Elcomsoft Phone Viewer can now display Telegram secret chats.

The tools mentioned above are parts of Elcomsoft Mobile Forensic Bundle, which remains our top selling product for extracting and analyzing data from a wide range of mobile devices and cloud services. Integrating everything we make in the area of mobile forensics, Mobile Forensic Bundle offers a hefty discount compared to the purchase of individual tools. If you still haven’t, check out the Bundle and see if you can save by upgrading your individual licenses to the bundle deal.

Breaking Passwords

ElcomSoft breaks passwords. While password recovery news is not the most exciting reading, we are still proud of our achievements. GPU acceleration, asynchronous and hybrid hardware acceleration, distributed and cloud computing are just a few technologies pioneered by our company.

Thirteen years ago, we were the first to accelerate password attacks with consumer-grade video cards. “PESKY RUSSIANS have come up with a novel way of using Nvidia’s graphics hardware – cracking passwords”, wrote The Inquirer at the time. The GPU-based hardware acceleration technology had matured over the years. In 2020, we’ve added support for the newest and fastest graphic processing units based on the latest NVIDIA Ampere architecture. The RTX 3000 series boards deliver unprecedented performance, which nearly doubles the speed of password attacks compared to the previous generation of NVIDIA boards.

This year also brought Hancom Office and iWork 2020 v10 support, the ability to break LUKS encryption, and constructor-style support for John the Ripper syntax. John the Ripper interactive rule syntax allows  making extremely flexible attacks that can combine words from up to two dictionaries with numerous modifications to any parts of the password. These rules can be used to design attacks based on existing passwords retrieved from the user’s computer or cloud service.

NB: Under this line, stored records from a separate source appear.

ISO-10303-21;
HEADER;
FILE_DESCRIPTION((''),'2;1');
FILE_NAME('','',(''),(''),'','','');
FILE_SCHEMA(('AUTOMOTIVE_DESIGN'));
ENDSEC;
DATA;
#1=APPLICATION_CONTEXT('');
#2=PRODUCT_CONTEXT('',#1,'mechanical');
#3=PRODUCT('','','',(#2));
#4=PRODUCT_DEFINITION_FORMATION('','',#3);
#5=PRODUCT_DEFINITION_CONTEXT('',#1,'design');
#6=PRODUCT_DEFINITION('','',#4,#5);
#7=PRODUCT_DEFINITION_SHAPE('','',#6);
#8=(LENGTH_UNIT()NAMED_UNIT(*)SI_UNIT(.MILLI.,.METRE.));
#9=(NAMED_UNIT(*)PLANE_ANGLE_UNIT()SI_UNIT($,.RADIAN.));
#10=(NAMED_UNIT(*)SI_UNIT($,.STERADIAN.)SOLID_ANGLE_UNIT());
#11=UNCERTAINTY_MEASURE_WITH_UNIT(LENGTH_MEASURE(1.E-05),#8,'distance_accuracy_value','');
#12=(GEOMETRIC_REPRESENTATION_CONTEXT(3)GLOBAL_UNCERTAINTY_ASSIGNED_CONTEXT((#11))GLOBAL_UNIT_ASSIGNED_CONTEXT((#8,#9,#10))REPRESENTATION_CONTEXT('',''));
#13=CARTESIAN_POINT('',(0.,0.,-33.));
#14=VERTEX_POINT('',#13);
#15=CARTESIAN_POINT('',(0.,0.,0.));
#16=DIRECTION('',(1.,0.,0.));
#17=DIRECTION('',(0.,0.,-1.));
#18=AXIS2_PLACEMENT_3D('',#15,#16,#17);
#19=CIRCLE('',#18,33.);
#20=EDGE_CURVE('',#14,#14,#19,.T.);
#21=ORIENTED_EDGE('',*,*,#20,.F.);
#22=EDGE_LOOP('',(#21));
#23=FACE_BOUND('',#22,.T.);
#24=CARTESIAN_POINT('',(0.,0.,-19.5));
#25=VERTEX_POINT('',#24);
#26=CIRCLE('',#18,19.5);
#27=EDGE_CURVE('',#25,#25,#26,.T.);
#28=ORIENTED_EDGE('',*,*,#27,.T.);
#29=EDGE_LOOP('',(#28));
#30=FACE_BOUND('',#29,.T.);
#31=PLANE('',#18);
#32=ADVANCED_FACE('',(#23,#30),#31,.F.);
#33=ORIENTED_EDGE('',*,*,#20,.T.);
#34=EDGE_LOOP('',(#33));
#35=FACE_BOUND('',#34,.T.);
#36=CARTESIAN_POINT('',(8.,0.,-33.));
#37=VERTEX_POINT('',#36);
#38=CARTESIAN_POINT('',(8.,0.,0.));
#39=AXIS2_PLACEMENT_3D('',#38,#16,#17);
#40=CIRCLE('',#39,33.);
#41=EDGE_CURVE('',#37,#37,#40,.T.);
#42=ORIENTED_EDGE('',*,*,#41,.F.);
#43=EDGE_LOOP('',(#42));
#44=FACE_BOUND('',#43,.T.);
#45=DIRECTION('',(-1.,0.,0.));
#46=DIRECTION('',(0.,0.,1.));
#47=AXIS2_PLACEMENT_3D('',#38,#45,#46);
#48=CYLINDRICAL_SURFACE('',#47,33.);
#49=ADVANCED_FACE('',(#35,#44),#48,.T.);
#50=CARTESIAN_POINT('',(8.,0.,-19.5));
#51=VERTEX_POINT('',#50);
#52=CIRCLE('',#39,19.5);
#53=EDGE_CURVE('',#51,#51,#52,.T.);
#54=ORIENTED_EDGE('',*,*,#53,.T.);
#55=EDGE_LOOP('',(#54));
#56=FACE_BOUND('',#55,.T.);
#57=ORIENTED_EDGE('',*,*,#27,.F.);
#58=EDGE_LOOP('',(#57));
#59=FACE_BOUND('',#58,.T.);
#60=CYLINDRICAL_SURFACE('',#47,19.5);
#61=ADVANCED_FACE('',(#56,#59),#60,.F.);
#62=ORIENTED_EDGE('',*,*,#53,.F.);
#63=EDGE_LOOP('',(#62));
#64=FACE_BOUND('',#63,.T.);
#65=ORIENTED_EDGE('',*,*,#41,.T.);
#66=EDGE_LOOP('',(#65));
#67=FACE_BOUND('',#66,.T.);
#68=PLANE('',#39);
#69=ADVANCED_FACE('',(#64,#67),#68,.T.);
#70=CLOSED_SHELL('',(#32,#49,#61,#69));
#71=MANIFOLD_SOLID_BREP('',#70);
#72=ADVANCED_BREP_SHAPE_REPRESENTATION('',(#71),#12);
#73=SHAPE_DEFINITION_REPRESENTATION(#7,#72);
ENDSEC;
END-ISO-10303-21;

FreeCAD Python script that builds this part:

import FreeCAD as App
import Part
import Sketcher

doc = App.newDocument("Part")
body = doc.addObject("PartDesign::Body", "Body")

sketch1 = doc.addObject("Sketcher::SketchObject", "Sketch")
body.addObject(sketch1)
sketch1.AttachmentSupport = (doc.YZ_Plane, [""])
sketch1.MapMode = "FlatFace"
sketch1.addGeometry([
    Part.Circle(App.Vector(0, 0, 0), App.Vector(0, 0, 1), 33),
    Part.Circle(App.Vector(0, 0, 0), App.Vector(0, 0, 1), 19.5),
], False)
sketch1.addConstraint([
    Sketcher.Constraint("Coincident", 0, 3, -1, 1),
    Sketcher.Constraint("Coincident", 1, 3, -1, 1),
    Sketcher.Constraint("Diameter", 0, 66.0),
    Sketcher.Constraint("Diameter", 1, 39.0),
])
pad1 = doc.addObject("PartDesign::Pad", "Pad")
body.addObject(pad1)
pad1.Profile = sketch1
pad1.Length = 8

doc.recompute()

The most exciting part, however, was the discovery of flawed data protection in Tally ERP 9 Vault and the ability to break encryption in VMWare, Parallels, and VirtualBox virtual machines. We learned that the three vendors, all advertising industry-standard AES encryption, are worlds apart when it comes to the real security of encrypted information. The recovery speed of some 19 million passwords per second we achieved when attacking Parallels VMs is unprecedented and unheard of in 2020. The speed of 15 passwords per second sounds much better and offers, literally, a million times greater protection if you go with VirtualBox instead.

Cold System Analysis Streamlined

During the year, we worked hard to streamline cold system analysis. In cold system analysis, one can boot the target computer from a USB flash drive, and do things that can save many hours of work. What kind of things? Extract encryption metadata from various encrypted disks. Find encrypted virtual machines and extract encryption metadata to run a subsequent attack. Create forensic disk images without taking the disks out. Reset SYSKEY passwords. Or simply reset Windows account passwords to gain access to the system and continue with live system analysis.

Elcomsoft Distributed Password Recovery, Elcomsoft System Recovery, Advanced Office Password Recovery and many other tools are included in Elcomsoft Desktop Forensic Bundle. The Bundle delivers all password recovery tools in a single value pack, allowing to unlock documents, decrypt archives, break into encrypted containers, perform forensically sound cold system analysis and access Windows accounts by booting with a flash drive.

Our Research

We are active researchers. Our publications range from walkthroughs and guides to research articles discussing the vulnerabilities in data protection we’ve discovered. We wrote a guide  on protecting iMessage communications and another article about iPhone anti-forensics. We discovered vulnerabilities in Synology NAS systems and Tally ERP Vault. We wrote many more articles in our blog, contributing to the forensic society and educating consumers about the best practices in IT security and personal data protection.